3) L’administration doit présenter ses observations dans les quinze jours suivant la communication du mémoire en question. Une copie de l’intégralité du dossier relatif à l’amende administrative contestée, accompagnée des observations [en réponse], est présentée au tribunal (…)
4) Le tribunal adresse au recourant une copie des observations [en réponse]. Il peut convoquer et entendre les parties sur demande ou d’office (…)
(…)
7) Le tribunal rend son verdict après avoir entendu les parties, recueilli toutes les preuves et donné la parole en dernier au recourant (…)
(…) »
En vertu de l’article 29 de ladite loi, il est possible de former un recours contre une décision du tribunal d’instance. L’examen d’un tel recours se fait cependant sans audience sur la base des éléments du dossier.
III. Le règlement sur les associations
24. Le règlement no 25772 sur les associations a été publié au journal officiel le 31 mars 2005. Son article 18 dispose :
Obligation de déclaration
« Les associations et les associations ou fondations étrangères autorisées à exercer des activités relevant de l’article 5 de la loi ainsi que les organisations à but non lucratif peuvent recevoir une aide en nature ou en espèces de particuliers, d’institutions et d’organisations situés à l’étranger à condition qu’elles en informent préalablement l’administration locale. S’il s’agit d’une aide financière, celle-ci doit transiter par le réseau bancaire.
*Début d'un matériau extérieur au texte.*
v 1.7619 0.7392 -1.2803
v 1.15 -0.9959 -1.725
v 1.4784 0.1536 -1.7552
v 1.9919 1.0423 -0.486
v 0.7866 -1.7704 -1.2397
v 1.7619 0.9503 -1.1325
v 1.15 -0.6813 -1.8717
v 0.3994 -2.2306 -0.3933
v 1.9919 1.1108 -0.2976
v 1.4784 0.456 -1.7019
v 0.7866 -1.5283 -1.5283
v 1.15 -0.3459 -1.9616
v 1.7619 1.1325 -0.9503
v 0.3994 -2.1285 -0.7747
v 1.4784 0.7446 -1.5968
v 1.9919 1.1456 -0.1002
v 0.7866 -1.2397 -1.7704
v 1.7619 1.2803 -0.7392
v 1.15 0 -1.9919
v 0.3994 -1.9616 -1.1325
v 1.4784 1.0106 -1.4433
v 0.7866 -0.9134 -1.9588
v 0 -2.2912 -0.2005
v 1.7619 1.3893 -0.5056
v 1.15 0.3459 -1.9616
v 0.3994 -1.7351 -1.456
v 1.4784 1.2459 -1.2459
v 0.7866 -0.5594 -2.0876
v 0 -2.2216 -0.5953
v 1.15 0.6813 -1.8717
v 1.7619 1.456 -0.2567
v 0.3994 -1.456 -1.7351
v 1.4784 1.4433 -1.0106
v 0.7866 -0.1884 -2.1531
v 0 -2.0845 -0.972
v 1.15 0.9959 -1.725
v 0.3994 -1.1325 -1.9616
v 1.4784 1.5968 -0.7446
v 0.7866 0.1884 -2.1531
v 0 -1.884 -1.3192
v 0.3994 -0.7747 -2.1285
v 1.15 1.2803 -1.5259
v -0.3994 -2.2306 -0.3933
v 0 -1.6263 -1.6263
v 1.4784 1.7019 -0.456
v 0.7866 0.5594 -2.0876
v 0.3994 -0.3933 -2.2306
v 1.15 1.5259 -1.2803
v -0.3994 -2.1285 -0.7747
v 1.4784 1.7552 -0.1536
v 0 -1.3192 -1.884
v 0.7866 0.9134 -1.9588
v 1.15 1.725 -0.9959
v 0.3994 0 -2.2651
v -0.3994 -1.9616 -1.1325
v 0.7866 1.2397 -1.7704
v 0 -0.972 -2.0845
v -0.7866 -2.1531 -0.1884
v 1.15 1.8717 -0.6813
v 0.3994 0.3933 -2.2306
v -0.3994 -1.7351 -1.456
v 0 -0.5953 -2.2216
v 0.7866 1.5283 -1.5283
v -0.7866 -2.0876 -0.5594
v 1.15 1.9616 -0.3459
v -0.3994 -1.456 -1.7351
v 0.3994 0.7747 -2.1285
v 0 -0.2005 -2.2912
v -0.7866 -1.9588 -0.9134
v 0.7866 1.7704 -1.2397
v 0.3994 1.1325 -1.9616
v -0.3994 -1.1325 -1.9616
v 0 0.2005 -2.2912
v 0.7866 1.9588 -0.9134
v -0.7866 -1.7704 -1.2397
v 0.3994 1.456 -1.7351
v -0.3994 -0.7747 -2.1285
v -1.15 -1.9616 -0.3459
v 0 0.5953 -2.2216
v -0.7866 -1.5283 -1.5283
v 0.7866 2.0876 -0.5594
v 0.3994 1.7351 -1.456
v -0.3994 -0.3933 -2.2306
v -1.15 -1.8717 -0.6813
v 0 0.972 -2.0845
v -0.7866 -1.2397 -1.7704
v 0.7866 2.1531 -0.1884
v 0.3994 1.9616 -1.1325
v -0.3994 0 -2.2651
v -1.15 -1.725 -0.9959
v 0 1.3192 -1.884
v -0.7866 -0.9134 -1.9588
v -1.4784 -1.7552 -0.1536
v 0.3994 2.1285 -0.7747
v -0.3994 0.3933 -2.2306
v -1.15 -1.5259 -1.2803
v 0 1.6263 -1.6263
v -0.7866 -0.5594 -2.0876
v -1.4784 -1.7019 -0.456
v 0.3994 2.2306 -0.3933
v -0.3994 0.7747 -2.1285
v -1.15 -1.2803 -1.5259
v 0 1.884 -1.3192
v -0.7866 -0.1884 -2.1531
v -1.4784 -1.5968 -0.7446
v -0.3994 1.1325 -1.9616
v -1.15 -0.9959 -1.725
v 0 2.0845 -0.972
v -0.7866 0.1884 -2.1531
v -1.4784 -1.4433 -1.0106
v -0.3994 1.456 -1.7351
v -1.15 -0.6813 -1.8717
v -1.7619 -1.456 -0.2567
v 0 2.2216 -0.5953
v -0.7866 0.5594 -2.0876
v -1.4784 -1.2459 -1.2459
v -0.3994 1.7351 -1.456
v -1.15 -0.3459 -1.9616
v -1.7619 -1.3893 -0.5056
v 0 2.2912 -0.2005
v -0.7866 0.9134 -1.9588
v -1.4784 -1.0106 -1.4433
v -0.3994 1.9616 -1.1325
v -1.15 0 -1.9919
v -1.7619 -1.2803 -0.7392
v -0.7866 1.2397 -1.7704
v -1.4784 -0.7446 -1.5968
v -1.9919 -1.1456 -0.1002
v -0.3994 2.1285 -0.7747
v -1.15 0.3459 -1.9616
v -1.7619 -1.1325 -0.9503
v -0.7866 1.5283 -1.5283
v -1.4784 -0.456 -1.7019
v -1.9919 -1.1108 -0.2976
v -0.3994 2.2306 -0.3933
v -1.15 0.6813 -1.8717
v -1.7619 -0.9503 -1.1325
La déclaration doit être faite avant utilisation des fonds. »
À la suite d’un amendement adopté le 9 juillet 2020, le paragraphe suivant a été ajouté à l’article 18 du règlement no 25772 :
« Les fonds que les sections nationales d’associations ou fondations étrangères perçoivent de leur siège international ou d’autres sections situées à l’étranger (…) sont soumis à la (…) procédure [prévue au premier paragraphe]. »
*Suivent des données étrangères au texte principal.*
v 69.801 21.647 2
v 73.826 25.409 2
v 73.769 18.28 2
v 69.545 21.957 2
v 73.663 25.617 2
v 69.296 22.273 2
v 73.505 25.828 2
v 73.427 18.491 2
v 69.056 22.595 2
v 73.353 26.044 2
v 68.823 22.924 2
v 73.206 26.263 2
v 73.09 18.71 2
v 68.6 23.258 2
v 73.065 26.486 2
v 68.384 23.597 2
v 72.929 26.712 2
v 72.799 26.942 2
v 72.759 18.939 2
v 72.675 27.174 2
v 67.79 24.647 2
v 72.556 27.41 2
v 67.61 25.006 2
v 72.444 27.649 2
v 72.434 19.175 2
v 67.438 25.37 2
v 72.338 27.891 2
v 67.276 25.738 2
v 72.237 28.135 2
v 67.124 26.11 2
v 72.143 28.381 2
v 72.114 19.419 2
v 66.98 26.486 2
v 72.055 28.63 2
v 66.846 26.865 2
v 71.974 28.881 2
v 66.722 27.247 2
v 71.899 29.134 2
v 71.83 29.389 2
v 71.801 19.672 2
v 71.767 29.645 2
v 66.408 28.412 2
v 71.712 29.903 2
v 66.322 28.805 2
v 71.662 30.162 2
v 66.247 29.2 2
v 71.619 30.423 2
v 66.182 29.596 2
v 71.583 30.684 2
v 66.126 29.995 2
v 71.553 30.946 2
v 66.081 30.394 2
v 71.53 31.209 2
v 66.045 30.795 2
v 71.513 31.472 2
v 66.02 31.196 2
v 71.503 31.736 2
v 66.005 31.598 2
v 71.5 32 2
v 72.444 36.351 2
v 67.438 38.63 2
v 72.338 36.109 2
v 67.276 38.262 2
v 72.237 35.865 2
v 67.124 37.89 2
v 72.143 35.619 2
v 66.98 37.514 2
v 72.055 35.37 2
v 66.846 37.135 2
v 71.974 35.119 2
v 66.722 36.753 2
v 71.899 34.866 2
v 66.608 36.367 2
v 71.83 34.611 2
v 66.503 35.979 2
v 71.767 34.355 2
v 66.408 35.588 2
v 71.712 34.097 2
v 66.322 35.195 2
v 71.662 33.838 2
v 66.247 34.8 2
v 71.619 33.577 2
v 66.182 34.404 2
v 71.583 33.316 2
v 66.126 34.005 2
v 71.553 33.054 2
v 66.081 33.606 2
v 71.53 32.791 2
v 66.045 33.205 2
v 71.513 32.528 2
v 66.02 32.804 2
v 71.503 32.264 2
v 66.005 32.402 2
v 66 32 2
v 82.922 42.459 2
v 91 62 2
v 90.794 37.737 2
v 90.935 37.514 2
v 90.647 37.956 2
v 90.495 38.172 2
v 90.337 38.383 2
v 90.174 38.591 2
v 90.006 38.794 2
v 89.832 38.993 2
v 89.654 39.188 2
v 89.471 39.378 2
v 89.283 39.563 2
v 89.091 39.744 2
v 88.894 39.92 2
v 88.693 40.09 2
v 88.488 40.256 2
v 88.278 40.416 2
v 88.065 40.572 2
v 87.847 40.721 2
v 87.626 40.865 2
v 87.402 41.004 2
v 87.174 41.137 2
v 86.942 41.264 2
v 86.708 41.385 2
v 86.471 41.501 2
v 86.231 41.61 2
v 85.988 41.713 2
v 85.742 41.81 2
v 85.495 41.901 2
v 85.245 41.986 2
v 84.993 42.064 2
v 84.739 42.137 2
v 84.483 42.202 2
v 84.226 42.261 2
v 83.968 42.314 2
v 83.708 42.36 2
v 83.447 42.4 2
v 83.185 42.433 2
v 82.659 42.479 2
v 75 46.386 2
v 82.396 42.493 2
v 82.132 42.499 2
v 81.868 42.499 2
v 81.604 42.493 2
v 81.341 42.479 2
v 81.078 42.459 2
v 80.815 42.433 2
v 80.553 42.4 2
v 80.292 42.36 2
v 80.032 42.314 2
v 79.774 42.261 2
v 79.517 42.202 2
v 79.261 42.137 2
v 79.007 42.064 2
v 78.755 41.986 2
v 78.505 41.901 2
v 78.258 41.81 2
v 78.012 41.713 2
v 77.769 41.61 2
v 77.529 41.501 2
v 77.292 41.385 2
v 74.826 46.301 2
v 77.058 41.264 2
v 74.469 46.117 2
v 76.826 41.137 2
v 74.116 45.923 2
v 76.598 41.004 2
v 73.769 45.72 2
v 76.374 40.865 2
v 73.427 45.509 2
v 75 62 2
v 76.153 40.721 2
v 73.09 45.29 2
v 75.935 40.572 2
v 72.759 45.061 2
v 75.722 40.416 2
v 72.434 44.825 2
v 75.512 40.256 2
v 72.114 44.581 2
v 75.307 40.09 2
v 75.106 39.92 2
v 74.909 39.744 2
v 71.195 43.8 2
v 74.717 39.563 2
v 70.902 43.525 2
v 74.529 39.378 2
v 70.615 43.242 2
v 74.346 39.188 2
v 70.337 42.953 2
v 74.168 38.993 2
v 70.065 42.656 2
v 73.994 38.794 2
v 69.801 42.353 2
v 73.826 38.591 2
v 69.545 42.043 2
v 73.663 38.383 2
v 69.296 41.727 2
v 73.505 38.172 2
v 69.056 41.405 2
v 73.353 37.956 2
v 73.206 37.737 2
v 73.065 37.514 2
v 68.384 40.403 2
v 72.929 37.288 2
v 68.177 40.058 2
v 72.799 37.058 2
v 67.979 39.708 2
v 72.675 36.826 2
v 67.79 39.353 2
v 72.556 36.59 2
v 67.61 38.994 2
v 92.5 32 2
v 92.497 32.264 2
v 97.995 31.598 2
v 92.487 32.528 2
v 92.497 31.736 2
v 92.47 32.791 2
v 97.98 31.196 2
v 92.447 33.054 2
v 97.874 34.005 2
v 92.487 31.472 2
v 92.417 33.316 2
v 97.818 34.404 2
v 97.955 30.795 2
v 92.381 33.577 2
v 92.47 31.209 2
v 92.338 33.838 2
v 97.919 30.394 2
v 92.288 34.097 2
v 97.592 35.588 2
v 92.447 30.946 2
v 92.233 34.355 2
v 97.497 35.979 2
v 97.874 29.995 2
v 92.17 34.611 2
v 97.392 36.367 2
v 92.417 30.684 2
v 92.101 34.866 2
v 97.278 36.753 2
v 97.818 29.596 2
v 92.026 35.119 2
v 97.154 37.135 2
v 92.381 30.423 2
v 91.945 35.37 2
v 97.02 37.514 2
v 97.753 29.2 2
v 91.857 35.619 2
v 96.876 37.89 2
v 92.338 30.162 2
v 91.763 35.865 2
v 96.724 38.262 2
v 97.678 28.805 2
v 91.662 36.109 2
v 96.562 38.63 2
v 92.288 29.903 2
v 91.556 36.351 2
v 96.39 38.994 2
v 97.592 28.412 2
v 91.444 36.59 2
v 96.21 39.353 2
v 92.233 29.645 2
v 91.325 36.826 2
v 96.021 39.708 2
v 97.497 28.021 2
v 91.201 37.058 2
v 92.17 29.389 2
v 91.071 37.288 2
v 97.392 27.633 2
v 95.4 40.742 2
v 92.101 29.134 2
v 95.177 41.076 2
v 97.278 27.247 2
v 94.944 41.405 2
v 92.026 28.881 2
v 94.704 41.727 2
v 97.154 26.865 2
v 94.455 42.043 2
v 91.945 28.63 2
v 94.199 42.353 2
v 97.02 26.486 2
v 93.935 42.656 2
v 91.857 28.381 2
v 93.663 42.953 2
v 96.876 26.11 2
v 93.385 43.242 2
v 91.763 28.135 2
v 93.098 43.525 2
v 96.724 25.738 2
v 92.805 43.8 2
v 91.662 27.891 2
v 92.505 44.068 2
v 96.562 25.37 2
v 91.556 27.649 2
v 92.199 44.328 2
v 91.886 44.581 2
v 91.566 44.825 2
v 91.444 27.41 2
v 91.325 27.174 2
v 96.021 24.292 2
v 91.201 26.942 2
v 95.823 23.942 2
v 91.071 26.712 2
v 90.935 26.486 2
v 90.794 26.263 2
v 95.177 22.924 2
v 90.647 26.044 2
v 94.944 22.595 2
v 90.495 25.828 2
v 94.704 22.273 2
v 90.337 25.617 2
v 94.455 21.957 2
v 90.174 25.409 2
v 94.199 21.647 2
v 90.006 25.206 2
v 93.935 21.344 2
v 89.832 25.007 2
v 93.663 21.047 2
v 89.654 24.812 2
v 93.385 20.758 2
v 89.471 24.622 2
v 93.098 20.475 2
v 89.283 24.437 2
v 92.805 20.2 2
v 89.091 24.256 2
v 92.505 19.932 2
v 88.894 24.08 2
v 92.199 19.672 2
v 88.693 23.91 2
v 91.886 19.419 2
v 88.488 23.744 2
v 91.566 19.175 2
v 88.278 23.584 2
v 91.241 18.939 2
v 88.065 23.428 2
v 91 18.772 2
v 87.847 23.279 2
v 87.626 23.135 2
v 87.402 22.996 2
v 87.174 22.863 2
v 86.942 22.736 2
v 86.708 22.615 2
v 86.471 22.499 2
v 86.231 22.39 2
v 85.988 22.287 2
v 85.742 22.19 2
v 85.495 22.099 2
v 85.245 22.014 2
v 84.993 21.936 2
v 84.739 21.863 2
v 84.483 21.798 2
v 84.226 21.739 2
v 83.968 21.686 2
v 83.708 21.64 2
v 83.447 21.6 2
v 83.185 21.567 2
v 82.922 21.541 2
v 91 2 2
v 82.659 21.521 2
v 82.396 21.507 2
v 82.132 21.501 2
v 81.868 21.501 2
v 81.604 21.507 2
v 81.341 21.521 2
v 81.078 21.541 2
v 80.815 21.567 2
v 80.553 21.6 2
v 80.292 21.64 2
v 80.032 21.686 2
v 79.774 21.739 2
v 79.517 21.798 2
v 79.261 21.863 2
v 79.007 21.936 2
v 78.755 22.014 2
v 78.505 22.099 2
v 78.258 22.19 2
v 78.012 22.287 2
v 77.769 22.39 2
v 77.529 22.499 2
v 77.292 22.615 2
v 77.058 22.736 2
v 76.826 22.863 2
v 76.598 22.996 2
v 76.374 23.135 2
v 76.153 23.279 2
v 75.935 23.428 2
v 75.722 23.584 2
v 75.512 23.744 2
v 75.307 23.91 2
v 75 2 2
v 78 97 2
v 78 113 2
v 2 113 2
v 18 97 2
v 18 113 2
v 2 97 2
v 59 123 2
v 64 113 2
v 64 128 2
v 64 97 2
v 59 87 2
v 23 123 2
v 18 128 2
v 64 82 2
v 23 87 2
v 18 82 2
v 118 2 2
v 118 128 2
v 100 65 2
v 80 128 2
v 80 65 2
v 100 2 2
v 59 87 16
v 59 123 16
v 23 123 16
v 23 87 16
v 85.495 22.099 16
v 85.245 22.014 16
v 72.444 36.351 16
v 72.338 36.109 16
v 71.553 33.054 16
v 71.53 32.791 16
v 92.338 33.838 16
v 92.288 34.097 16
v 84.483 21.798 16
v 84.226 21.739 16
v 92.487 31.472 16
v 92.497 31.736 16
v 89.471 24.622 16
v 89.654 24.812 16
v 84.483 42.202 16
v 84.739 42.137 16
IV. La jurisprudence pertinente de la Cour constitutionnelle
25. Dans ses observations, le Gouvernement se réfère à plusieurs affaires dans lesquelles la Cour constitutionnelle a examiné l’infliction d’une amende administrative sous l’angle du droit de propriété. Dans l’arrêt Züliye Öztürk (no 2014/1734, 14 septembre 2017), la Haute Cour a conclu que l’imposition à la requérante d’une amende administrative s’analysait en une ingérence excessive dans l’exercice par l’intéressée de son droit de propriété, les instances inférieures ayant omis de soumettre à un contrôle judiciaire approfondi la question de savoir si l’amende litigieuse lui avait été notifiée ou non. En revanche, dans l’arrêt A.D. (no 2015/10393, 9 janvier 2019), elle a estimé suffisamment approfondi le contrôle juridictionnel auquel une mesure semblable avait été soumise et a conclu en conséquence à l’absence de violation du droit de propriété.
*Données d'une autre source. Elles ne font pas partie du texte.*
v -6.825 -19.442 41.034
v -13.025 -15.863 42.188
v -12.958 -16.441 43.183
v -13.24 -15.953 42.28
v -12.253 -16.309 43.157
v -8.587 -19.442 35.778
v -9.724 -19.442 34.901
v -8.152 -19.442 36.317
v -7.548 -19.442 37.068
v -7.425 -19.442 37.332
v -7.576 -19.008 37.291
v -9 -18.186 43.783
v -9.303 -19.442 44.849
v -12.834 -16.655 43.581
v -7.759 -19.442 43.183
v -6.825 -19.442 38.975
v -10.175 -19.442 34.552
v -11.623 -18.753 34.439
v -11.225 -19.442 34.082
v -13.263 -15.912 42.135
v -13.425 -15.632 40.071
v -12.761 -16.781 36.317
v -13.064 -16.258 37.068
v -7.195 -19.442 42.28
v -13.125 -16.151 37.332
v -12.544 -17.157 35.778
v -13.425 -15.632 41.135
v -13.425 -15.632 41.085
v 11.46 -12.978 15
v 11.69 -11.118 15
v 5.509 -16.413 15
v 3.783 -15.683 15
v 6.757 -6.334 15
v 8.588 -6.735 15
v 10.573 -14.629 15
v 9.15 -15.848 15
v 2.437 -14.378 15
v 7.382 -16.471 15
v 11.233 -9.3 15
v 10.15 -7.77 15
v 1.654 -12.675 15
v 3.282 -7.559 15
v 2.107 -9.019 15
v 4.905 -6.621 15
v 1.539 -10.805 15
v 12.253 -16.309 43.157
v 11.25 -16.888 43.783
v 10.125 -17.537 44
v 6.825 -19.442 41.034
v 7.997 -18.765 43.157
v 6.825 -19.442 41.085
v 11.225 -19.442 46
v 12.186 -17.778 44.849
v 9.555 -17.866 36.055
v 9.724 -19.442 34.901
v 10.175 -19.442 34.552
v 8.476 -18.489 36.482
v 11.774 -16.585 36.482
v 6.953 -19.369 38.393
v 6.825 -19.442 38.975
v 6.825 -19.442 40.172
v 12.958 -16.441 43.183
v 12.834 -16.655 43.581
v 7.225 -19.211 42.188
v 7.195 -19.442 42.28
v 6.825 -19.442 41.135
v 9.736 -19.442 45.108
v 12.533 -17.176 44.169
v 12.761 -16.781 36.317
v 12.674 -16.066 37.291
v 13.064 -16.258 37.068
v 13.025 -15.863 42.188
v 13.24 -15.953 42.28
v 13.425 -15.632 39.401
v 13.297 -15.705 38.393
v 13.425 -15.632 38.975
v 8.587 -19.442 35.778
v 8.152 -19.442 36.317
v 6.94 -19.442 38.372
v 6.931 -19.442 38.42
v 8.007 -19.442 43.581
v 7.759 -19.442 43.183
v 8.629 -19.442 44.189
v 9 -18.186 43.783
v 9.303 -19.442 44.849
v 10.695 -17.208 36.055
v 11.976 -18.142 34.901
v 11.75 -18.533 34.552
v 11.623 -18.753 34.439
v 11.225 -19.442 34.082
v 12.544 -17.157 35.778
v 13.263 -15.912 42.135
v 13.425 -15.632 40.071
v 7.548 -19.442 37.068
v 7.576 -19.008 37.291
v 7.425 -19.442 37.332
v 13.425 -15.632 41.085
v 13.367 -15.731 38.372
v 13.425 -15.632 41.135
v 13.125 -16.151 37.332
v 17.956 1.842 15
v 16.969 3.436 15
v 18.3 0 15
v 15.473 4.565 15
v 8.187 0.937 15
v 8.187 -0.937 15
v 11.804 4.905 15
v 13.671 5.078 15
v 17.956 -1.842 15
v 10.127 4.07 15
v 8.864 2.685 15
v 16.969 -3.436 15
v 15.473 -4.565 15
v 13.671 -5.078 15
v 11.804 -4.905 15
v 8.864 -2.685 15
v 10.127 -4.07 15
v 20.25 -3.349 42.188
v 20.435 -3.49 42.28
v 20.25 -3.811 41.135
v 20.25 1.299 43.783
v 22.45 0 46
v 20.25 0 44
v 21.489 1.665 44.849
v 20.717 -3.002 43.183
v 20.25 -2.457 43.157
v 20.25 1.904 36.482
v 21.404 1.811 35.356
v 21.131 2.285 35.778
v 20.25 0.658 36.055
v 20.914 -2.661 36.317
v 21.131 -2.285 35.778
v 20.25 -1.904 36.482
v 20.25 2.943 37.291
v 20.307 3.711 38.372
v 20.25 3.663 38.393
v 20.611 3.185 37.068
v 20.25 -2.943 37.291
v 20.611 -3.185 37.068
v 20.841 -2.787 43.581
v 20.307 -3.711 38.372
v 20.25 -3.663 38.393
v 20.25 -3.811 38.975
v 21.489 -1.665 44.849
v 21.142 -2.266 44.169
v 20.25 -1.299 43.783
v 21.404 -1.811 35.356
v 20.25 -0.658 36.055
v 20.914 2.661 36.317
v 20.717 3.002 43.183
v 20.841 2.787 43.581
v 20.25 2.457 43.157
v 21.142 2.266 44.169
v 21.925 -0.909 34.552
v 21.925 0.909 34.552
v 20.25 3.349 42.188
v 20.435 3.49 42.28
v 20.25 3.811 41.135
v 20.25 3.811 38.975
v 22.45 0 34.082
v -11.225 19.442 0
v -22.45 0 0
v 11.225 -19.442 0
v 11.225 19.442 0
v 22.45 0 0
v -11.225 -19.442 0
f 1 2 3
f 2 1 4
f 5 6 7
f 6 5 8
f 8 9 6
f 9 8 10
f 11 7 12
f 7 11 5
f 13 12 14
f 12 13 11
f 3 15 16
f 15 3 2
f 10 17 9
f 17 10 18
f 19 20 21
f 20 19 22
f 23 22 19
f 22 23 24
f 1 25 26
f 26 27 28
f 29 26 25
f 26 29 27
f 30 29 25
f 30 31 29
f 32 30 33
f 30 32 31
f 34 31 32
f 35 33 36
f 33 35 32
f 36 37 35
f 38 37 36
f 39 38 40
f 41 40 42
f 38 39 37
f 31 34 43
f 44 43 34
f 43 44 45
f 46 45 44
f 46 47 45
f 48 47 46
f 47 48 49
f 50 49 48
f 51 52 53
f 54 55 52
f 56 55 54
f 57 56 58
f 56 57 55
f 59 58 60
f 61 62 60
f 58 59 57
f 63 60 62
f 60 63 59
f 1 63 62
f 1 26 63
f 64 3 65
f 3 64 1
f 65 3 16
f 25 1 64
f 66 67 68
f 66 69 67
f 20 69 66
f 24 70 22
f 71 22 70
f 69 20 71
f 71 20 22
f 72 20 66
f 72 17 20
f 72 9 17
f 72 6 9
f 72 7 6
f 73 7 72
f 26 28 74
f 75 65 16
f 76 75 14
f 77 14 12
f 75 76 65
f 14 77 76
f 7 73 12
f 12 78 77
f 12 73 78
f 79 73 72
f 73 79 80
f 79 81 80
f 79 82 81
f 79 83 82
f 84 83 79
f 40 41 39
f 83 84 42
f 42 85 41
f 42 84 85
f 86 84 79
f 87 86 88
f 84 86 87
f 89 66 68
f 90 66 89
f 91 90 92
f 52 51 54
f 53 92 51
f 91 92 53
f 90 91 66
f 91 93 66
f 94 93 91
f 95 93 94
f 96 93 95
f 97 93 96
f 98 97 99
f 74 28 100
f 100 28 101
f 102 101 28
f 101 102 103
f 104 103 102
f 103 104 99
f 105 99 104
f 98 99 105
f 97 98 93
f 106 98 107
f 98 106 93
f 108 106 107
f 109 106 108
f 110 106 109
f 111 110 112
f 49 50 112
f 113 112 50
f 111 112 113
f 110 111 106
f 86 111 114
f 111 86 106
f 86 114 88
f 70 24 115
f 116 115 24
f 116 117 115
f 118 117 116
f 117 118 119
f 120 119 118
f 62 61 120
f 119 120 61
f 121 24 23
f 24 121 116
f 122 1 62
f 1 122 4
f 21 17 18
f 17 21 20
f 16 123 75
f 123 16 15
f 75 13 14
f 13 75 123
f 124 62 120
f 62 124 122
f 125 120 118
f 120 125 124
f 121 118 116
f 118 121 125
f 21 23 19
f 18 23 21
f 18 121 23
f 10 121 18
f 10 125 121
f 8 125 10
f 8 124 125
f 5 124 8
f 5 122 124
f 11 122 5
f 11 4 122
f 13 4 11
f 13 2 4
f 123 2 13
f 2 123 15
Pour ce qui est de l’absence d’audience devant le tribunal d’instance, la Cour constitutionnelle a admis que des juridictions de cette nature pouvaient procéder de la sorte. Dans son arrêt Kırmızı GAA İnşaat Turizm Gıda Sanayi ve Tic. Ltd. Şti (no 2013/2370, 14 septembre 2017), elle a conclu qu’il n’y avait pas lieu de tenir une audience dans le cadre d’une procédure en annulation d’amendes administratives, étant donné que l’affaire ne soulevait aucun problème de droit ou de fait qu’un examen du dossier et des observations écrites des parties ne suffît à résoudre de manière satisfaisante, eu égard par ailleurs au fait que le requérant n’avait pas demandé la tenue d’une audience. Elle a en revanche conclu à la violation du droit de l’intéressé à obtenir une décision motivée. Cependant, dans l’arrêt précité comme dans l’arrêt Durmaz Oto. Petrol Ürünleri İnş. San. ve Tic. Ltd. Şti (3) (no 2014/929, 10 juin 2015), considérant que les requérants avaient préalablement eu accès à l’ensemble des pièces des dossiers et que le fait que les documents soumis par l’administration ne leur avaient pas été communiqués n’était pas de nature à rompre le juste équilibre entre les parties, elle a conclu le droit des intéressés à un procès équitable n’avait pas été méconnu. Il ressort de cette jurisprudence que lorsqu’on se plaint devant elle d’une violation du droit à un procès équitable, la Cour constitutionnelle estime que dès lors que les requérants ont suffisamment pris connaissance des éléments du dossier, des conclusions de la défense et des pièces annexes, les principes de l’égalité des armes et de la procédure contradictoire ne sont pas méconnus.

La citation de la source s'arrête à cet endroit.